[Stored dataset items]
────────

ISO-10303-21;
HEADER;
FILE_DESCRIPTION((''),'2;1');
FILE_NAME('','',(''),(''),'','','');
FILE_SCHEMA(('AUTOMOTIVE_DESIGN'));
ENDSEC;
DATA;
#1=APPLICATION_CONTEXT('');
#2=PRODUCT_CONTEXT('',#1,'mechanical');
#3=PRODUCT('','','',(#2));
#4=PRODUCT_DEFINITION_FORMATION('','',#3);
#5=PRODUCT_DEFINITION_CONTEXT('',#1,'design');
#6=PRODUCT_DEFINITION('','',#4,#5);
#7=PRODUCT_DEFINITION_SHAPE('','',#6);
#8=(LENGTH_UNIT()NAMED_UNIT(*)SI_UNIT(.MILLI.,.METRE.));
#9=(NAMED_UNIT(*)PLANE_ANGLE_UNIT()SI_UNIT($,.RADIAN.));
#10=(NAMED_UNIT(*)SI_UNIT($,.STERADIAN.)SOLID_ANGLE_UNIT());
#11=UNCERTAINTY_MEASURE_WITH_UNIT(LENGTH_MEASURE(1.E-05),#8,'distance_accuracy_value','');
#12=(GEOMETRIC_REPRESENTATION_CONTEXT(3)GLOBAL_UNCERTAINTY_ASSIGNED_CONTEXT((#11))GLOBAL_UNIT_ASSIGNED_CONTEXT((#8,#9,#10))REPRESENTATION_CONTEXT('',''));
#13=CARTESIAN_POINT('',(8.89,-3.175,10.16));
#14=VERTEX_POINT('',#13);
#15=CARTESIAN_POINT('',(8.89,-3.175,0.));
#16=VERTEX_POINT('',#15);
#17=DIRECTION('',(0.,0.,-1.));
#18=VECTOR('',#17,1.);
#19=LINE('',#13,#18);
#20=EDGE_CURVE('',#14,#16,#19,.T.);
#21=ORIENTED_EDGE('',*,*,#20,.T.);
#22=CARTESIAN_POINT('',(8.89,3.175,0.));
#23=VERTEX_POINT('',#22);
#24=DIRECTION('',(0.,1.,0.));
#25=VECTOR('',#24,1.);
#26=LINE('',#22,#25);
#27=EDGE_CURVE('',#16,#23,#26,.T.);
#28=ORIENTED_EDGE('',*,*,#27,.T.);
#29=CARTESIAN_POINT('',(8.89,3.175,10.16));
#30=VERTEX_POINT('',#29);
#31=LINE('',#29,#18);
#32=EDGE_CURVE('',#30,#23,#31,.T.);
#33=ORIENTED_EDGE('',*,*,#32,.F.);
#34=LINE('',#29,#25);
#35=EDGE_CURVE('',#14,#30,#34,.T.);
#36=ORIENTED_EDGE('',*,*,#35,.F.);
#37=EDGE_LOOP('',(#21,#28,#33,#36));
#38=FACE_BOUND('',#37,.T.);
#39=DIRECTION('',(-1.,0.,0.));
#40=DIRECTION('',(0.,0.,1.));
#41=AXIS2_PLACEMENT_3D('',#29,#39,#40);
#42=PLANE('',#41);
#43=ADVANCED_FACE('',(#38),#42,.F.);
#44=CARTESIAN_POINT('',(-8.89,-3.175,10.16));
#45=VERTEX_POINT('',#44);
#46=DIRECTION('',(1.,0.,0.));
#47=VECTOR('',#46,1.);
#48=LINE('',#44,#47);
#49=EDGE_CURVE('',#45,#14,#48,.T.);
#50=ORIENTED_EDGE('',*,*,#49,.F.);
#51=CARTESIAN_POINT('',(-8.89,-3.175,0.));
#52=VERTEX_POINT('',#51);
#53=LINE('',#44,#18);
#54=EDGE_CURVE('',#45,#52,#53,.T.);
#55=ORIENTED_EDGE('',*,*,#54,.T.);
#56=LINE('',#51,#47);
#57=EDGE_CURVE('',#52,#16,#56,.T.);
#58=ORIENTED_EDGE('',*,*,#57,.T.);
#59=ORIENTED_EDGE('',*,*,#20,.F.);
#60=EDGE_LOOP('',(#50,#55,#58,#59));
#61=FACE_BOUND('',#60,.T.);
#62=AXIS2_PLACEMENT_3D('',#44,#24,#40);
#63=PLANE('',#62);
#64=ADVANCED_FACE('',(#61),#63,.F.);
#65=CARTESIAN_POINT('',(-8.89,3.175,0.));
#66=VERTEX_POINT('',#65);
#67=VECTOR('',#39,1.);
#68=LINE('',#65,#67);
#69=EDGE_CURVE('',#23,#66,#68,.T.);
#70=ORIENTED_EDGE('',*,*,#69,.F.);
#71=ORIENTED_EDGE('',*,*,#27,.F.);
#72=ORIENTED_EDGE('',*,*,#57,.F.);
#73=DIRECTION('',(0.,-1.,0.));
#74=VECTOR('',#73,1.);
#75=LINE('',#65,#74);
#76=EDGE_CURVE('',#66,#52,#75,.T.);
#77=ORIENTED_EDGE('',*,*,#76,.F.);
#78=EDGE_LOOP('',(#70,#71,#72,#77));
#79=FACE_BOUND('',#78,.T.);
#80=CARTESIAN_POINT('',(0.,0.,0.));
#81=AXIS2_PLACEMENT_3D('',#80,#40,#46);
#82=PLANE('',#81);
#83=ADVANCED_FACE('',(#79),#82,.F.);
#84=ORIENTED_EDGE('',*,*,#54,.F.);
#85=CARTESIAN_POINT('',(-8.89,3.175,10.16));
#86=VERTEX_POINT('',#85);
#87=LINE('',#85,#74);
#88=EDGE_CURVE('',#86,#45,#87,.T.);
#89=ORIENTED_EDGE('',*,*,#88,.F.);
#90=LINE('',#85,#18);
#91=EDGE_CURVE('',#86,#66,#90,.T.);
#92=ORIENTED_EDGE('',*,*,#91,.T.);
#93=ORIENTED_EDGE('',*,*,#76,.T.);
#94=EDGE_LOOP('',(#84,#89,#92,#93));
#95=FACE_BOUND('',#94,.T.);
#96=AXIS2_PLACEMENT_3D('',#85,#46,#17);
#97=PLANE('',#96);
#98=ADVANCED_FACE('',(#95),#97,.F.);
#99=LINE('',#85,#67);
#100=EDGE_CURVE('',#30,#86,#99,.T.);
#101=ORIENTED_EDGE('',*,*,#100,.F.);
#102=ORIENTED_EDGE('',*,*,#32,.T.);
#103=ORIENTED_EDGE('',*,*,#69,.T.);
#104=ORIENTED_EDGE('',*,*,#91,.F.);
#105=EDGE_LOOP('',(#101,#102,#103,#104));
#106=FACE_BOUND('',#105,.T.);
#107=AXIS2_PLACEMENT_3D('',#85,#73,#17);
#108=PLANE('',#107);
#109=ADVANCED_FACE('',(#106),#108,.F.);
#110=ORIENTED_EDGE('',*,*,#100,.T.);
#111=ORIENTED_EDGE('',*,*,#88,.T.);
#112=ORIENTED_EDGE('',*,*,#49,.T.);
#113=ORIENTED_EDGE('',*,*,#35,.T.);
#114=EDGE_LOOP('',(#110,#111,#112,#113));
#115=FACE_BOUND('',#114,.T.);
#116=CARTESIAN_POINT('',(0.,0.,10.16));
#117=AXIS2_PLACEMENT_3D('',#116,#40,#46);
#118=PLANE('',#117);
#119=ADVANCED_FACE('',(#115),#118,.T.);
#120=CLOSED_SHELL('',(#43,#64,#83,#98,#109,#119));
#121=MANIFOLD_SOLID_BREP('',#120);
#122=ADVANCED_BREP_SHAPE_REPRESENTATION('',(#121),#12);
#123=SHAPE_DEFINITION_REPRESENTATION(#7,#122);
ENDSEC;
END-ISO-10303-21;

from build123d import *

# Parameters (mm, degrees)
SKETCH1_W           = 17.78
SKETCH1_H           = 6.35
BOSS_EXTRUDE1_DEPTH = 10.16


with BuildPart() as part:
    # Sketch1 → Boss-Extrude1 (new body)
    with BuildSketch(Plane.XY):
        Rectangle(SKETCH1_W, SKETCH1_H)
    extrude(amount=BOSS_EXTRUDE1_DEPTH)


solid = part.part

────────

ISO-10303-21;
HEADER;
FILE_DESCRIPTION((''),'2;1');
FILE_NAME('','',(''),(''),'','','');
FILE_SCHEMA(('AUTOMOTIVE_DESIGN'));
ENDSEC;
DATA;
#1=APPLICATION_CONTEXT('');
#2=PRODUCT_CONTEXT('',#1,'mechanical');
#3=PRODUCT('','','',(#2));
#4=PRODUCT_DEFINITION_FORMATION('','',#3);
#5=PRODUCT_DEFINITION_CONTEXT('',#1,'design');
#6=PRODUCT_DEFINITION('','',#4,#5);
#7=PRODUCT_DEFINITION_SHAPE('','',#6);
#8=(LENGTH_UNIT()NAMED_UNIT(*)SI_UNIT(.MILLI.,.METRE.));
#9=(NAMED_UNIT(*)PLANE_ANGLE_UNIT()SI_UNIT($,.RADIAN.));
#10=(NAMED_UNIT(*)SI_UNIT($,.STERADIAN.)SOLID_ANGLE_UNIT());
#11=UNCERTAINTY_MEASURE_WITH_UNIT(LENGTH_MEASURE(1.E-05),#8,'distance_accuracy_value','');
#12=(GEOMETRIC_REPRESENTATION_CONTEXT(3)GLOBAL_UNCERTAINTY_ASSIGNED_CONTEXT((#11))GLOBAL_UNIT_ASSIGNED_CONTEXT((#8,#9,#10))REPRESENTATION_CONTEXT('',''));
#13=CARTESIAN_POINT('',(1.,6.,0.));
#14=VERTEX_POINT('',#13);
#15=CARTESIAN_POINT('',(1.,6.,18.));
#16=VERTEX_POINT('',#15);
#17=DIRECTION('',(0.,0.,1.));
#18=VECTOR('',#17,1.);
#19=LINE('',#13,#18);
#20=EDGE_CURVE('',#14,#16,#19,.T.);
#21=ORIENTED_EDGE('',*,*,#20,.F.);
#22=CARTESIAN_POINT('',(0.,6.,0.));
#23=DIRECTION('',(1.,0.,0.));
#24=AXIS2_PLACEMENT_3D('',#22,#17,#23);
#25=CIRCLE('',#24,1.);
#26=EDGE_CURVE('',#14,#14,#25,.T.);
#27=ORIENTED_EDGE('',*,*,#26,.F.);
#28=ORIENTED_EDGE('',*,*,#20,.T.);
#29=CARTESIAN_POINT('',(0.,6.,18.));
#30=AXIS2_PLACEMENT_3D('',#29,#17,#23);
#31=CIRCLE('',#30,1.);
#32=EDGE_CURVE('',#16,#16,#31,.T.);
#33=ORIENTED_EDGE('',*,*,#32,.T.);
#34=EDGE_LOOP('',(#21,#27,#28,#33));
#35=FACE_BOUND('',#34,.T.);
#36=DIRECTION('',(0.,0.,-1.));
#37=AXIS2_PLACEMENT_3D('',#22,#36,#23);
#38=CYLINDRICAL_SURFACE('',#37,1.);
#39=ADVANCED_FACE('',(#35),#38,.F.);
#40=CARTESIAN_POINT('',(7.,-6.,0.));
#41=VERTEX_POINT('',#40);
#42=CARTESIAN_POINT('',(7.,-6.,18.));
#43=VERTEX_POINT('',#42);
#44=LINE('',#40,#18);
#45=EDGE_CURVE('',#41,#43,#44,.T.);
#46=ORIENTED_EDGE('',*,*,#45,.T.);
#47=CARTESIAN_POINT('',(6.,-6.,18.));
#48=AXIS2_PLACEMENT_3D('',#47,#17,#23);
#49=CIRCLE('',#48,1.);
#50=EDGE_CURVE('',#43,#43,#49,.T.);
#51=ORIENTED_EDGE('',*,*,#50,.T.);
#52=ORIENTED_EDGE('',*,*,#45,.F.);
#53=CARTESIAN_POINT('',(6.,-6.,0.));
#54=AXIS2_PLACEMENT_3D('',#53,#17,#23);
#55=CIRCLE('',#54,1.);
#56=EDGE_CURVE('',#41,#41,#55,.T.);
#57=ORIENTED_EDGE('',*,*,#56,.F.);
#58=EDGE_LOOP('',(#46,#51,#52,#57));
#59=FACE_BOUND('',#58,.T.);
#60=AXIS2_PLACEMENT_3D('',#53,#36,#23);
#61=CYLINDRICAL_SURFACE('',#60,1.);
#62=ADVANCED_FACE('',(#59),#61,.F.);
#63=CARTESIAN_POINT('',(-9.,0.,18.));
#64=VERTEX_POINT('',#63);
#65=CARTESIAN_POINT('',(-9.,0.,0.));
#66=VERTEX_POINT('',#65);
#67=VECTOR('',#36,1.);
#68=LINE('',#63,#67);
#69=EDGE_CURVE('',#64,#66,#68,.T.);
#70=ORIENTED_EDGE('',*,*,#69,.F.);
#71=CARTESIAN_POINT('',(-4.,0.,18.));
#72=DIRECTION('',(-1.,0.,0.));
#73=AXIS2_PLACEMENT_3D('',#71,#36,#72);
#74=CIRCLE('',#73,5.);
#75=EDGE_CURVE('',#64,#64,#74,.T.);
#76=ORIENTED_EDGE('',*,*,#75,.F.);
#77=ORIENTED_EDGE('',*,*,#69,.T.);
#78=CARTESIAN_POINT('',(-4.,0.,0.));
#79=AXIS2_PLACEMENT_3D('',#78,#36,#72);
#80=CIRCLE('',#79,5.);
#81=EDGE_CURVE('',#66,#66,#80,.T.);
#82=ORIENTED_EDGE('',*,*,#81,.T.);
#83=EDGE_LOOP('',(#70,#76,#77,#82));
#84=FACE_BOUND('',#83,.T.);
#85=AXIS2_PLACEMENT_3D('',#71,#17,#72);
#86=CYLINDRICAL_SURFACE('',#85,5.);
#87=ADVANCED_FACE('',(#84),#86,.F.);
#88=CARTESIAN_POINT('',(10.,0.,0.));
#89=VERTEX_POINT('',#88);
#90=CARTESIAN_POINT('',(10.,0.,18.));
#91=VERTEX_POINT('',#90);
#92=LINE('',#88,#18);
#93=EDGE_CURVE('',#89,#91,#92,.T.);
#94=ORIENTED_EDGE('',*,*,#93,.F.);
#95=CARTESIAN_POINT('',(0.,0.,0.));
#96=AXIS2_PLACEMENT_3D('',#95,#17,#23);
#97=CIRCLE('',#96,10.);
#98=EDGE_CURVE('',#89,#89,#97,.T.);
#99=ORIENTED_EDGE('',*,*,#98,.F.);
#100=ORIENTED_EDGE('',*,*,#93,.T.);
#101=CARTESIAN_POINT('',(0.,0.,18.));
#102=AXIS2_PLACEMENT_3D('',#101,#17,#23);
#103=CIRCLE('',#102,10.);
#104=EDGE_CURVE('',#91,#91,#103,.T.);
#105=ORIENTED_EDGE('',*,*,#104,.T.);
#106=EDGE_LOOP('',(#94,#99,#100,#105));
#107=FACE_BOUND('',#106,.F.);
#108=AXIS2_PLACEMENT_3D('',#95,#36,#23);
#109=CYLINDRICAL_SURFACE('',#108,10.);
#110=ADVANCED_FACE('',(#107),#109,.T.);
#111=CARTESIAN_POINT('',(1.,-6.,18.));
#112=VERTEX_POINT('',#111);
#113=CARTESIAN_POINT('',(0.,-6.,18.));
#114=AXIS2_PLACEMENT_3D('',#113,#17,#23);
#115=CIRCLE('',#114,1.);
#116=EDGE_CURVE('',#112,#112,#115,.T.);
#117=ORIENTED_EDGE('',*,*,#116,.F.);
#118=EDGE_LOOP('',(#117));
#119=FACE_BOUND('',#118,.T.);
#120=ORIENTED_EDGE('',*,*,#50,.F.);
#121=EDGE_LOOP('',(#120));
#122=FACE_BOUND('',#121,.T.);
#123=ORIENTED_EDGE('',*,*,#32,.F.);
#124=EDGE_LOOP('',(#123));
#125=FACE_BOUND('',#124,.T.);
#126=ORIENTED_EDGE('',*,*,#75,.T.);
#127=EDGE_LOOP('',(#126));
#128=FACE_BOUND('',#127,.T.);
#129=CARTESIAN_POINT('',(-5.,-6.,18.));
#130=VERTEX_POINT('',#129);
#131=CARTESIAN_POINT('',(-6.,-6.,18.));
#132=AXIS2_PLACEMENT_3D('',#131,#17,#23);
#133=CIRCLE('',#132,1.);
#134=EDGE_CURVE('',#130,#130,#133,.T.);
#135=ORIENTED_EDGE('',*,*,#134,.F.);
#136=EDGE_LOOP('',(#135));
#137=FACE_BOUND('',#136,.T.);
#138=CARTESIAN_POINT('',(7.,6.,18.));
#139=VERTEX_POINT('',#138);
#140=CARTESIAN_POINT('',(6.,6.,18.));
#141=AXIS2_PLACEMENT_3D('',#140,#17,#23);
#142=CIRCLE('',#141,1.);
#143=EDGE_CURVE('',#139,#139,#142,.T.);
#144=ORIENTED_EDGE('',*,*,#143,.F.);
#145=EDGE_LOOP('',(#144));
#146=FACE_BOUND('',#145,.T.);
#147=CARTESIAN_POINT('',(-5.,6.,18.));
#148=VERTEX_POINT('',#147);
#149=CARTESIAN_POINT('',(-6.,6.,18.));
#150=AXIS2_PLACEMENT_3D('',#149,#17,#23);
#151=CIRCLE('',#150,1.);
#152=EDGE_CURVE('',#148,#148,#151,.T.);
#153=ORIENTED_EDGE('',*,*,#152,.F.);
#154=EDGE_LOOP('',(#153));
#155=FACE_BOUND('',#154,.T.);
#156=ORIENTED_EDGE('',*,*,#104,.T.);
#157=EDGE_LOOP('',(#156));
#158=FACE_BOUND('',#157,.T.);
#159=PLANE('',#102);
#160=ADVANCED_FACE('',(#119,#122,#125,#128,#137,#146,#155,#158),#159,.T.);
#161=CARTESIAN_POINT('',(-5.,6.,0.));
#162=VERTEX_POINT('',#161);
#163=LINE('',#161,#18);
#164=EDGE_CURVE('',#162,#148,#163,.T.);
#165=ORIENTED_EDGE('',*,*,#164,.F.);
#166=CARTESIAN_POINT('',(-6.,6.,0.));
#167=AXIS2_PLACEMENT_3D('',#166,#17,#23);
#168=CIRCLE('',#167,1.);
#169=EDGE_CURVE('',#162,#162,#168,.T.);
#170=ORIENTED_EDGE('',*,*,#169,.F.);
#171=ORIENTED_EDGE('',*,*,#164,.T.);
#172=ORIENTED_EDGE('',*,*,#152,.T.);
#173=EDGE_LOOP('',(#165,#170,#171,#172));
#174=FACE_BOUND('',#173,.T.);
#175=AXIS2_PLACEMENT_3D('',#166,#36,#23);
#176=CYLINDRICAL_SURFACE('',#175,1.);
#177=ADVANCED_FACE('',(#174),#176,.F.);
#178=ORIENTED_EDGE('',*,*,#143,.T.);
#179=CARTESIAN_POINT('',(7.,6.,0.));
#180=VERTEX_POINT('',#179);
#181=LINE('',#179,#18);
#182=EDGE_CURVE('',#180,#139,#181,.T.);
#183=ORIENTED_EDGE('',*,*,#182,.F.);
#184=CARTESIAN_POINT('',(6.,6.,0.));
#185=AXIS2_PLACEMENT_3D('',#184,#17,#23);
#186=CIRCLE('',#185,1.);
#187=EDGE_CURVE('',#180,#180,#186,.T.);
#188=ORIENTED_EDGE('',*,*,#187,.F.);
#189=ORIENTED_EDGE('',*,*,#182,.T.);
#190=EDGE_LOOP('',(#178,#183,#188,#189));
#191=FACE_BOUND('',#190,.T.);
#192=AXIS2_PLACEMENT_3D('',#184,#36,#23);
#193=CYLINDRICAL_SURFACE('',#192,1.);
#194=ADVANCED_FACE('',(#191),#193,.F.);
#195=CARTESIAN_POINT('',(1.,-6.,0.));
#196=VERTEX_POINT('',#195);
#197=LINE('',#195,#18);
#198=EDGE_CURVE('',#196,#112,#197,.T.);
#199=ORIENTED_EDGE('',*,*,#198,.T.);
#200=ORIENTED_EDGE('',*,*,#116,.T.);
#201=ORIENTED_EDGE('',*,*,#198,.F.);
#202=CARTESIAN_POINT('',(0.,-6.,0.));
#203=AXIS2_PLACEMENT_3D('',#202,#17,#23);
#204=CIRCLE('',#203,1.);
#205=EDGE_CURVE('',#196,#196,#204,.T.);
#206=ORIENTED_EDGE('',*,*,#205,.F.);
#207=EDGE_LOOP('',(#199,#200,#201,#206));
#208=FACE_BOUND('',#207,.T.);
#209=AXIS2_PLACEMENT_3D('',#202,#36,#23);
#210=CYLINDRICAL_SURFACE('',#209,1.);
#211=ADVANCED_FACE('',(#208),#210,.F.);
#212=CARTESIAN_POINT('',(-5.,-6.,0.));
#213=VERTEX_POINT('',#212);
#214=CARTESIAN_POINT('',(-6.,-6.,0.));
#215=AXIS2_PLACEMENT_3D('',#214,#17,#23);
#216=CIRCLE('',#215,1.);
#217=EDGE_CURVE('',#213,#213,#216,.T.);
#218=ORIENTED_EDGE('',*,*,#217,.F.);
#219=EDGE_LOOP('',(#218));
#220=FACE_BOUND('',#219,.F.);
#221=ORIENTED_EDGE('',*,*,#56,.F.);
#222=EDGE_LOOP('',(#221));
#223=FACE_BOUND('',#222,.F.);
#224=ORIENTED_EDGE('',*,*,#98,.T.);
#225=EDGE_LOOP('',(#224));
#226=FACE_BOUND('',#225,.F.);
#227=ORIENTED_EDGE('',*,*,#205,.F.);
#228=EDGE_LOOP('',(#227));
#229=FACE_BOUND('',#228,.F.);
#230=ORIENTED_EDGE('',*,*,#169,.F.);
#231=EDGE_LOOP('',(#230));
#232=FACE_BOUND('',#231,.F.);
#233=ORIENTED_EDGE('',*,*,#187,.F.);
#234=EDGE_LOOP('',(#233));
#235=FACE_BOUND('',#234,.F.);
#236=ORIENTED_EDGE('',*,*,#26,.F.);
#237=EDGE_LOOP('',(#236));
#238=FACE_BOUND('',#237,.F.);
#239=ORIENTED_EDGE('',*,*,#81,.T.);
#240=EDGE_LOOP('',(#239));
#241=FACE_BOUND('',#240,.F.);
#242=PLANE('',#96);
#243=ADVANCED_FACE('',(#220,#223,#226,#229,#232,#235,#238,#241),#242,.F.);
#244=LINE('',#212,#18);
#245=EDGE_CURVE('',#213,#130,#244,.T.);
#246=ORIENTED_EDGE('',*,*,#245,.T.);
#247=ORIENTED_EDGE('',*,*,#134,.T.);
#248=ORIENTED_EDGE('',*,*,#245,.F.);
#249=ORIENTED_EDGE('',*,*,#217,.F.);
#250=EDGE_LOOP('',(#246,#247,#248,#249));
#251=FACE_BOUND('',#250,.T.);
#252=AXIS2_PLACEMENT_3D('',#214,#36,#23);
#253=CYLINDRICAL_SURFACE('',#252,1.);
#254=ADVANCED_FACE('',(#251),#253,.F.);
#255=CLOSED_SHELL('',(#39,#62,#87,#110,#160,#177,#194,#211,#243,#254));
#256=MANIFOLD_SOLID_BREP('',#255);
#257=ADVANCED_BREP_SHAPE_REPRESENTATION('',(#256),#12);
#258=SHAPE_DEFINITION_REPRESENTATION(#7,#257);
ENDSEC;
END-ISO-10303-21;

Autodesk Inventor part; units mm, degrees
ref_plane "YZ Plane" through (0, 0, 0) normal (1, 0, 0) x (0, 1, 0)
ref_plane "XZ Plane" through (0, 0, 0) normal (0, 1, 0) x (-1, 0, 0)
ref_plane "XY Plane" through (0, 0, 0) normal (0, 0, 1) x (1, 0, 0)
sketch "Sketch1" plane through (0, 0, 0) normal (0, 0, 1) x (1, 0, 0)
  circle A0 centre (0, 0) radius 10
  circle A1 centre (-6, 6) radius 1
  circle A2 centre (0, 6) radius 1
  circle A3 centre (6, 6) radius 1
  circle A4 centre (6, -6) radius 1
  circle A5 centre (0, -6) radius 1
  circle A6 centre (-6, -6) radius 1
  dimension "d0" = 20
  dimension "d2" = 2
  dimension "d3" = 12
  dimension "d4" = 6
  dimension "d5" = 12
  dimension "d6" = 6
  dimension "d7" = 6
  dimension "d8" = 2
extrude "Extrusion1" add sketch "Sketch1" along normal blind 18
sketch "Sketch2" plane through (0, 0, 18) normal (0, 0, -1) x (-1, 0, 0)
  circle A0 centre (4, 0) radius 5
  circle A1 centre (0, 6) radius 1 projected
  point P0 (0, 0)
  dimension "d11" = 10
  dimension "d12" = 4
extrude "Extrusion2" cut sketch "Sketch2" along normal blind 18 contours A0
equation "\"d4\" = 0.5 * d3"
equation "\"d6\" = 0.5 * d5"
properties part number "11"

────────

### [TASK BRIEF]
Using the records above, set down exactly the lines from the one with "#92=ORIENTED_EDGE('',*,*,#91,.T.);" through the one with "#99=LINE('',#85,#67);", inclusive, and nothing more.

### [SOLVED PROBLEM]
#92=ORIENTED_EDGE('',*,*,#91,.T.);
#93=ORIENTED_EDGE('',*,*,#76,.T.);
#94=EDGE_LOOP('',(#84,#89,#92,#93));
#95=FACE_BOUND('',#94,.T.);
#96=AXIS2_PLACEMENT_3D('',#85,#46,#17);
#97=PLANE('',#96);
#98=ADVANCED_FACE('',(#95),#97,.F.);
#99=LINE('',#85,#67);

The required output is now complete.